Further examination of the data shows that the same rows have NAs (Fig. 1). If one row has NAs, others will too. I am unsure how to make the best use of this information so I will remove these NAs.
missing_values_logic <- sapply(df_test, function(x) any(is.na(x)))
df_train_cc <- df_train[,!missing_values_logic]
df_train_cc$classe <- df_train$classe %>% as.factor
And finally, to test my models capabilities, I will split the training data set 80-20. The model will be trained on the 80%, and tested on the 20%, before being applied to data in question (df_test).
trainIndex <- caret::createDataPartition(df_train_cc$classe, p = .8,
list = FALSE,
times = 1)
df_train_cc80 <- df_train_cc[trainIndex,]
df_train_cc20 <- df_train_cc[-trainIndex,]
We are interested in a model capable of predicting the classe. For this, random forest is a robost algorithim. This shall be used with the kappa metric.
library(doParallel)
if (exists("rf_fit")) {
rf_fit <- readRDS("fit.rds")
} else {
cl <- makePSOCKcluster(5)
registerDoParallel(cl)
fitControl <- caret::trainControl(method = "cv",
number = 10)
rf_fit <- caret::train(classe~.,
data=df_train_cc80,
method="rf",
metric="Kappa",
trControl=fitControl)
stopCluster(cl)
saveRDS(rf_fit, file = "fit.rds")
}
looking at the resulting model, we get:
rf_fit
## Random Forest
##
## 15699 samples
## 59 predictor
## 5 classes: 'A', 'B', 'C', 'D', 'E'
##
## No pre-processing
## Resampling: Cross-Validated (10 fold)
## Summary of sample sizes: 14129, 14129, 14129, 14128, 14129, 14130, ...

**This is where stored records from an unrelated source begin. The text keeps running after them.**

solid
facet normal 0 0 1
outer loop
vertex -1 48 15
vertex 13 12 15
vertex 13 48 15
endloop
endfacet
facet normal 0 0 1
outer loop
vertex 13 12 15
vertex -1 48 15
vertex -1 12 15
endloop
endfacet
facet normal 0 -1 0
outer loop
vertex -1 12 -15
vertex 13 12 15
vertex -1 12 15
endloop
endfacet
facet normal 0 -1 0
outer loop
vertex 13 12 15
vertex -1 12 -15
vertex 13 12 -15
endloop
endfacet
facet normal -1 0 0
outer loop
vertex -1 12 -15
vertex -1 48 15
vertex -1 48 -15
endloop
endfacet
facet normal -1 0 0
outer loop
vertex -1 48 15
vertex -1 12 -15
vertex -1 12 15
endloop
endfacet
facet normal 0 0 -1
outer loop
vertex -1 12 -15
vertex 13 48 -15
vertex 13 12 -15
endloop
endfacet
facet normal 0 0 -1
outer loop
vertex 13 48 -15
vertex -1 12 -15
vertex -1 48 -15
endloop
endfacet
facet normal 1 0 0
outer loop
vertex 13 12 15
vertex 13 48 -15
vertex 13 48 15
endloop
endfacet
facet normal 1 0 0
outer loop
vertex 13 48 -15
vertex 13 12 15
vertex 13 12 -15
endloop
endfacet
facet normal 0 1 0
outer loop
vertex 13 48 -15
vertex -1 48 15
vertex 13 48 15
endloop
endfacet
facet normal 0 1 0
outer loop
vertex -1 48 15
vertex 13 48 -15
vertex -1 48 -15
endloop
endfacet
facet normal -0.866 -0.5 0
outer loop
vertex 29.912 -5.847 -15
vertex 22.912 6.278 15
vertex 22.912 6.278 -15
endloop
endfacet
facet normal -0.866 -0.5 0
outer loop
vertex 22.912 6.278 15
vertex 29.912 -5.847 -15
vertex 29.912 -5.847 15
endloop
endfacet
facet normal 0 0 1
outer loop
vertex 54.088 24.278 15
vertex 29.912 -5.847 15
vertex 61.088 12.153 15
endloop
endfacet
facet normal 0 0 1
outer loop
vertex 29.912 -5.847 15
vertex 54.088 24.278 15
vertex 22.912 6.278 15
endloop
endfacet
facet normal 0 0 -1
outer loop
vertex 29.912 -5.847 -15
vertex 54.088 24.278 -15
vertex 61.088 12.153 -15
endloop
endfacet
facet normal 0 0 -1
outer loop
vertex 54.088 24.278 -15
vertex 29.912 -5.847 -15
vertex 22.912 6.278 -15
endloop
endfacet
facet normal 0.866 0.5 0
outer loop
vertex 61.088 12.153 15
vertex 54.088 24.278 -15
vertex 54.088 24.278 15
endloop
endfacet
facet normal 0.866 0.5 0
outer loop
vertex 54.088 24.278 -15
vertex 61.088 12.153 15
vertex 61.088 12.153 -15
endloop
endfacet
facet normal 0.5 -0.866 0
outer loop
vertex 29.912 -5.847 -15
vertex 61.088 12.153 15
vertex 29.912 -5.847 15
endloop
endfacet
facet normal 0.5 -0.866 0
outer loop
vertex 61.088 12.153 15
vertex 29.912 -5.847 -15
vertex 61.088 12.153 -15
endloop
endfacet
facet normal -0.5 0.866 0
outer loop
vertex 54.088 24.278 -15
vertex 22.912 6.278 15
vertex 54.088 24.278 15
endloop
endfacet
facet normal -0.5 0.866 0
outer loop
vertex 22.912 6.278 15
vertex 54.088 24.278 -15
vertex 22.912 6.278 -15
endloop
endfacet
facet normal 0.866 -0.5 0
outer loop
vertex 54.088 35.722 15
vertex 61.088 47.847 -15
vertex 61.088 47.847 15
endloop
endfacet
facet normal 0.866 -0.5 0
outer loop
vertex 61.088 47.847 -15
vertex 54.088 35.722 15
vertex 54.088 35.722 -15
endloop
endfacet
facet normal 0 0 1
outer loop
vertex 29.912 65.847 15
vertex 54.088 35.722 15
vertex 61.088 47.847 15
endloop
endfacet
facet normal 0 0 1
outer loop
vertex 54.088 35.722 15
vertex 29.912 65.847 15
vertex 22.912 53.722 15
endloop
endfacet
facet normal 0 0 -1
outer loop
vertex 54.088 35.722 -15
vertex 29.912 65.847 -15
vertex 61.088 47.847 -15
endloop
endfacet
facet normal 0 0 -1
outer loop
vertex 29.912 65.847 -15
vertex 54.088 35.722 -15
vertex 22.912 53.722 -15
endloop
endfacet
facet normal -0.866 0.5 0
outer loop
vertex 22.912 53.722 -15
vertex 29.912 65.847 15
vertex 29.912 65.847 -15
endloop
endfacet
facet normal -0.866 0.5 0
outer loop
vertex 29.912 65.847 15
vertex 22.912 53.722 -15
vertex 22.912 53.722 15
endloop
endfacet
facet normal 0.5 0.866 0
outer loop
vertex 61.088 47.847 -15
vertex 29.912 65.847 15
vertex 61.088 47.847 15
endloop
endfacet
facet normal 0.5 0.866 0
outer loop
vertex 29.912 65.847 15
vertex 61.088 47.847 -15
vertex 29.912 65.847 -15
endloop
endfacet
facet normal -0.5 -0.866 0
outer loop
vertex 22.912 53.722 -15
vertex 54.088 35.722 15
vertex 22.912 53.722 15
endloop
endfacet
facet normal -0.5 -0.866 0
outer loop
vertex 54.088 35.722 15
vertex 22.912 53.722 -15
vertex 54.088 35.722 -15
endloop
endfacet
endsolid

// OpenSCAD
// -*- mode: SCAD ; c-file-style: "ellemtel" ; coding: utf-8 -*-
//
// NN
//
// (c) 2017 Roland Sieker <ospalh@gmail.com>
// Licence: CC-BY-SA 4.0


translate([30, 30, 0])
{
for (o=[90:120:360])
{
    rotate(o)
    {
        translate([0,24,0])
        {
            cube([36,14,30], center=true);
        }

    }
}
}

## Resampling results across tuning parameters:
##
## mtry Accuracy Kappa
## 2 0.9966876 0.9958102
## 41 0.9999363 0.9999194
## 81 0.9998726 0.9998389
##
## Kappa was used to select the optimal model using the largest value.
## The final value used for the model was mtry = 41.
results <- c()
results$predicted <- predict(rf_fit,newdata = df_train_cc20)
results$classe <- df_train_cc20$classe
results <- as.data.frame(results)
print("number of incorrectly predicted rows:")
## [1] "number of incorrectly predicted rows:"
length(which(results$predicted != results$classe))
## [1] 1
confusionMatrix(df_train_cc20$classe, predict(rf_fit, newdata = df_train_cc20))
## Confusion Matrix and Statistics
##
## Reference
## Prediction A B C D E
## A 1116 0 0 0 0
## B 1 758 0 0 0
## C 0 0 684 0 0
## D 0 0 0 643 0
## E 0 0 0 0 721
##
## Overall Statistics
##
## Accuracy : 0.9997
## 95% CI : (0.9986, 1)
## No Information Rate : 0.2847
## P-Value [Acc > NIR] : < 2.2e-16
##
## Kappa : 0.9997
##
## Mcnemar's Test P-Value : NA
##
## Statistics by Class:
##
## Class: A Class: B Class: C Class: D Class: E
## Sensitivity 0.9991 1.0000 1.0000 1.0000 1.0000
## Specificity 1.0000 0.9997 1.0000 1.0000 1.0000
## Pos Pred Value 1.0000 0.9987 1.0000 1.0000 1.0000
## Neg Pred Value 0.9996 1.0000 1.0000 1.0000 1.0000
## Prevalence 0.2847 0.1932 0.1744 0.1639 0.1838
## Detection Rate 0.2845 0.1932 0.1744 0.1639 0.1838
## Detection Prevalence 0.2845 0.1935 0.1744 0.1639 0.1838
## Balanced Accuracy 0.9996 0.9998 1.0000 1.0000 1.0000
The random forest model has a relatively high accuracy. This approach will proceed. It also seems to have high sensitivity and specificity when applied to the split data.
finalResults <- predict(rf_fit, newdata = df_test)
print(finalResults)
## [1] A A A A A A A A A A A A A A A A A A A A
## Levels: A B C D E
The results suggest it is all A. As the significance from the earlier steps is high, it will be accepted.